The Court therefore found no basis that the judge was apparently biased.
Comment
The findings with regard to bias were to be expected. Of course, any reference to the fictional ‘fair minded observer’ is open the same pitfalls as references to the infamous ‘reasonable man’, however given the context it seems unlikely that the Court would have made a finding of bias. The situation of two trials in a short period of time presided over by the same judge was unusual, but the Court was clearly heavily influenced by the lack of complaint from the appellants at the time of the trials.
The findings regarding the expectation of a trial in a ‘reasonable time’ are more interesting. It is worth placing the judgment in O’Neill within the wider context of the debate over the content of fair trial rights. The scope of art 6 rights have proved a problematic issue for the European Court of Human Rights in its jurisprudence, and a considerable body of case law has been required to clarify and define the terms ‘charge’ and ‘criminal’ under art 6 (see Engel v. Netherlands (1979) 1 EHRR 647; Ozturk v. Germany (1984) 6 EHRR 40; Benham v. United Kingdom (1996) 22 EHRR 293; Clingham v. Kensington and Chelsea LBC; R (McCann) v. Manchester Crown Court [2003] 1 AC 787). In many ways the approach of Lord Hope in O’Neill provides an interesting contrast to the approach of the ECtHR. The ECtHR has tended to adopt the ‘autonomous meanings’ approach with regard to art 6, assuming that certain terms within the Convention have an independent empirical meaning. A focus of rigidly defined meanings for Convention terms such as ‘criminal’ has been problematic and led to some controversial case law (for example Ozturk v Germany (1984) 6 EHRR 409). In contrast to this approach, rather than focusing on finding an autonomous definition for the concept of ‘charge’, the Supreme Court instead focused on the protections flowing from the finding that an individual had been ‘charged’ and the purpose of such protections. The result is that ‘charge’ can have a different meaning in different contexts, but the focus is on the overall purpose of the protections under art 6 rather than essentialist definitions.
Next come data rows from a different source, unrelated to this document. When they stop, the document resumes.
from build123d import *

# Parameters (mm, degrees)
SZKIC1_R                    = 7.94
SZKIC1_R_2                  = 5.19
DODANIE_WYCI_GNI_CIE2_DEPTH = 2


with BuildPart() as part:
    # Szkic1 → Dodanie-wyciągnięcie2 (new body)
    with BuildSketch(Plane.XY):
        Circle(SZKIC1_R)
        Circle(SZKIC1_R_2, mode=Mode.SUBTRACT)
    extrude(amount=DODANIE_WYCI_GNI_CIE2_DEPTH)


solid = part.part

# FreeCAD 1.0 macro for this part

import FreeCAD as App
import Part
import Sketcher
Q = App.Units.Quantity

doc = App.newDocument("Part")
body = doc.addObject("PartDesign::Body", "Body")

# Sketch on XY plane
sketch1 = body.newObject("Sketcher::SketchObject", "Sketch")
sketch1.AttachmentSupport = (doc.getObject("XY_Plane"), [""])
sketch1.MapMode = "FlatFace"
sketch1.addGeometry(Part.Circle(App.Vector(0, 0, 0), App.Vector(0, 0, 1), 8), False)
sketch1.addGeometry(Part.Circle(App.Vector(0, 0, 0), App.Vector(0, 0, 1), 5), False)
sketch1.addConstraint(Sketcher.Constraint("Coincident", 0, 3, -1, 1))
sketch1.addConstraint(Sketcher.Constraint("Coincident", 1, 3, -1, 1))
sketch1.addConstraint(Sketcher.Constraint("Diameter", 0, Q("15.88 mm")))
sketch1.addConstraint(Sketcher.Constraint("Diameter", 1, Q("10.38 mm")))
pad1 = body.newObject("PartDesign::Pad", "Pad")
pad1.Profile = sketch1
pad1.Length = 2

doc.recompute()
O’Neill also illustrates the complex interaction between the various parts of art 6. The very concept of what makes a trial ‘fair’ in accordance with art 6 remains a subject of both academic and jurisprudential debate. Is ‘fairness’ a holistic concept, or does art 6 simply provide a ‘checklist’ of fair trial rights? The judgment in O’Neill did not address such wide-ranging questions of fairness, but by suggesting that the reasonable time requirement has little to do with questions of fairness, and instead only serves to preserve peace of mind on the part of the defendant suggests that, with regard to art. 6, fairness is not everything. Overall, the decision in O’Neill largely affirms existing case law but does provide some further clarification on the complex nature of art 6 rights.